Public Repository for BioLitMine Source Code
BioLitMine is a tool that leverages PubMed literature to find relationships between genes, MeSH terms, pathways, and authors. This repository contains code used to download and extract information from various sources to find these relationships.
To start, all literature on PubMed will be downloaded via the NLM ftp site as zipped XML files. NLM provides two types of PubMed data:
Type | Data | BioLitMine Download Schedule |
---|---|---|
baseline |
baseline set of MEDLINE/PubMed citation records | End of the year |
updatefiles |
daily file updates that include new, revised, and deleted citations | End of the month |
MeSH Descriptor information and MeSH tree numbers are also downloaded on an annual basis.

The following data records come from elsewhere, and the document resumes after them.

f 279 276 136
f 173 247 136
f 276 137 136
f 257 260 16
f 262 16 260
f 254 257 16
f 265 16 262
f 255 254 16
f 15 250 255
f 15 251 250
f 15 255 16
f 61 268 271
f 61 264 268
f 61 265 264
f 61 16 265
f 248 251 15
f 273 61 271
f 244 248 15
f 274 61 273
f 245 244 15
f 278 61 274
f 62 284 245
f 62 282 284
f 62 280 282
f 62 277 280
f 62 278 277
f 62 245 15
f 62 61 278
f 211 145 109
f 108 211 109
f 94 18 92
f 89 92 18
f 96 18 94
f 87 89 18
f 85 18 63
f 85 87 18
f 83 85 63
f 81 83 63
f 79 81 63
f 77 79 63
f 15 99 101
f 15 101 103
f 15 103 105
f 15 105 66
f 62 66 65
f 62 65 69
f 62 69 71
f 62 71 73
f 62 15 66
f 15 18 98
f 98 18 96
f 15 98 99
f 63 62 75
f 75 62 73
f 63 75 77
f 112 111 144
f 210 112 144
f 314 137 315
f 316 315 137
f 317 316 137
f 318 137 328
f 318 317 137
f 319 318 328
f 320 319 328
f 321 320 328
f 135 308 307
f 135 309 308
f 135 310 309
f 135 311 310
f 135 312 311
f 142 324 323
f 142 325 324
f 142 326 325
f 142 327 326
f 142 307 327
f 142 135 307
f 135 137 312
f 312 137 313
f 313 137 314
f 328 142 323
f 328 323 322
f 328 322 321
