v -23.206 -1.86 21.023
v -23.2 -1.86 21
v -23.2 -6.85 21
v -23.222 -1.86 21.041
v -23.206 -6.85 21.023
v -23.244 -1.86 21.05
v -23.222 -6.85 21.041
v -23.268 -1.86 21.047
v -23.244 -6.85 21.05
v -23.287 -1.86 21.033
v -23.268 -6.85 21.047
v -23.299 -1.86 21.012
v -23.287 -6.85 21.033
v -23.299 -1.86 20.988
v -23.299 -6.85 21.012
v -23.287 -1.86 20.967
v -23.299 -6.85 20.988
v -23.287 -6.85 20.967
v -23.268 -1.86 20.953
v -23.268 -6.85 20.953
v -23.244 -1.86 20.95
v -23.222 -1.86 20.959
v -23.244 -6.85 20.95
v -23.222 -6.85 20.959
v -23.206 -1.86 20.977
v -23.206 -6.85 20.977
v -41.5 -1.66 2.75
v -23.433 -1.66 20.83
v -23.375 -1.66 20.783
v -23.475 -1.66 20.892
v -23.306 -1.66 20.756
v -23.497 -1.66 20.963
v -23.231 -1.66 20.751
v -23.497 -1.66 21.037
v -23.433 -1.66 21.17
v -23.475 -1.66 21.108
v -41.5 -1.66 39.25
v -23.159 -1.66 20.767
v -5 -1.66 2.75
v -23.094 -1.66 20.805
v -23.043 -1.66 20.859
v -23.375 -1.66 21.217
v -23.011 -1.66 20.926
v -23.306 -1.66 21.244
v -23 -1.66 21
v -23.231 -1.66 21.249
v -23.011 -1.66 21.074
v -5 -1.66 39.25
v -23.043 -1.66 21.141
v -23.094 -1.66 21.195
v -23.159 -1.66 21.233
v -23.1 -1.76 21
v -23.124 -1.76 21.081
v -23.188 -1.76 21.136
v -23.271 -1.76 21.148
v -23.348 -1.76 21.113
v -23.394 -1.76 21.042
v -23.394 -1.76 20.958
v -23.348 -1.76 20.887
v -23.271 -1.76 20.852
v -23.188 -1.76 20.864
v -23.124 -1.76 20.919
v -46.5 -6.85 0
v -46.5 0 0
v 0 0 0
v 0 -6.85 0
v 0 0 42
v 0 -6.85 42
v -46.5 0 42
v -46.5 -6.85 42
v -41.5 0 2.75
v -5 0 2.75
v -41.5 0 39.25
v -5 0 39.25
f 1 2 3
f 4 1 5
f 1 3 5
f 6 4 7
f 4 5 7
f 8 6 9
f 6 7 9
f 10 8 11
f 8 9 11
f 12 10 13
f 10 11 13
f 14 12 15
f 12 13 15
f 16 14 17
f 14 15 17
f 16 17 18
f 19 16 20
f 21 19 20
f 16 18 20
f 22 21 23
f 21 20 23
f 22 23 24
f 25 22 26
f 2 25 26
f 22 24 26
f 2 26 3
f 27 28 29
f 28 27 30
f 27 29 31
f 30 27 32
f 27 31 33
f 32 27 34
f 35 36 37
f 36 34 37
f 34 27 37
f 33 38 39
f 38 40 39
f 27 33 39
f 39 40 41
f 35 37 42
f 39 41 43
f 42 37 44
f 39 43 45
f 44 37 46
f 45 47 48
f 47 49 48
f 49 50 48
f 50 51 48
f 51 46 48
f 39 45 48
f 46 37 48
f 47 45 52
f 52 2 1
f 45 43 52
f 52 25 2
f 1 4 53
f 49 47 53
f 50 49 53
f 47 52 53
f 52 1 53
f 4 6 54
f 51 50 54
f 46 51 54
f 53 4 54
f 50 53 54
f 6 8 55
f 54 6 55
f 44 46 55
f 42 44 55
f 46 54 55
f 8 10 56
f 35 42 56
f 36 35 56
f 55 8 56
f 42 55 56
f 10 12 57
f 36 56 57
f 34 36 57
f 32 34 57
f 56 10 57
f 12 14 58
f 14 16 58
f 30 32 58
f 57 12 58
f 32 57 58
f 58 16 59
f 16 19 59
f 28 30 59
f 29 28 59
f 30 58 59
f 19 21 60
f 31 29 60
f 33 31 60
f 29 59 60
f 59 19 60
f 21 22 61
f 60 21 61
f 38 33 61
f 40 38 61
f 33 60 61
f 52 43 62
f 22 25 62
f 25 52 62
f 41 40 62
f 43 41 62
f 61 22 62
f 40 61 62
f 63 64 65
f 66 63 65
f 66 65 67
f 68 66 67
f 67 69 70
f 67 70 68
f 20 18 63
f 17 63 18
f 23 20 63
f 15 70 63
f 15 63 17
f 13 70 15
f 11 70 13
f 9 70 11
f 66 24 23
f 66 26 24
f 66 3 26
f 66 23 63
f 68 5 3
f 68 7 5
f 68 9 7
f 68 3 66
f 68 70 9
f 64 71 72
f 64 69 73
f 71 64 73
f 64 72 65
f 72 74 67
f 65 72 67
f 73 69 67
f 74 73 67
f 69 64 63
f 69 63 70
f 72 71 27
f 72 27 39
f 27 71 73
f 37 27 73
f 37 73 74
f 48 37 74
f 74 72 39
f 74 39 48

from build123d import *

# Parameters (mm, degrees)
F0_W           = 46.5
F0_H           = 42
F0_W_2         = 36.5
F0_H_2         = 36.5
F1_DEPTH       = 6.85
F2_DEPTH       = 1.66
F4_D           = 0.1
F4_CSINK_D     = 0.5
F4_CSINK_ANGLE = 90


with BuildPart() as f1:
    # F0 (on Front) → F1 (new body)
    with BuildSketch(Plane.XZ):
        with Locations((-23.25, 21)):
            Rectangle(F0_W, F0_H)
        with Locations((-23.25, 21)):
            Rectangle(F0_W_2, F0_H_2, mode=Mode.SUBTRACT)
        with Locations((-23.25, 21)):
            Rectangle(F0_W_2, F0_H_2)
    extrude(amount=F1_DEPTH)

    # F0 (on Front) → F2 (cut)
    with BuildSketch(Plane.XZ):
        with Locations((-23.25, 21)):
            Rectangle(F0_W_2, F0_H_2)
    extrude(amount=F2_DEPTH, mode=Mode.SUBTRACT)

    # F4 (through all)
    with Locations(Plane(origin=(0, -1.66, 0), x_dir=(-1, 0, 0), z_dir=(0, 1, 0))):
        with Locations((23.25, 21)):
            CounterSinkHole(F4_D / 2, F4_CSINK_D / 2, counter_sink_angle=F4_CSINK_ANGLE)


solid = f1.part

All data are downloaded into a directory called data_input
, and the code to download is located in download
.
XML files are then extracted into tabular format using the R scripts in rscipts
.
There are two configuration files where the default directories can be inspected and changed: rscript/config_baseline.R
and rscript/config_update.R
.
The extraction creates 4 output files that contain different information:
Output Files | Information |
---|---|
brief_*.txt |
Literature overview, including PMID, journal title, publication/MEDLINE date, and publication type |
detail_*.txt |
Literature details, including PMID, journal title, publication/MEDLINE date, and abstract |
mesh_*.txt |
Literature MeSH details, including PMID and MeSH Descriptor name |
tempauthor_*.txt |
Author details, including first name, last name, affiliations, address, email, and associated PMIDs |
Finally, the extracted information is further processed by scripts found in extract
. Steps taken include filtering out publications not related to the study of model organisms and humans, merging files together, etc.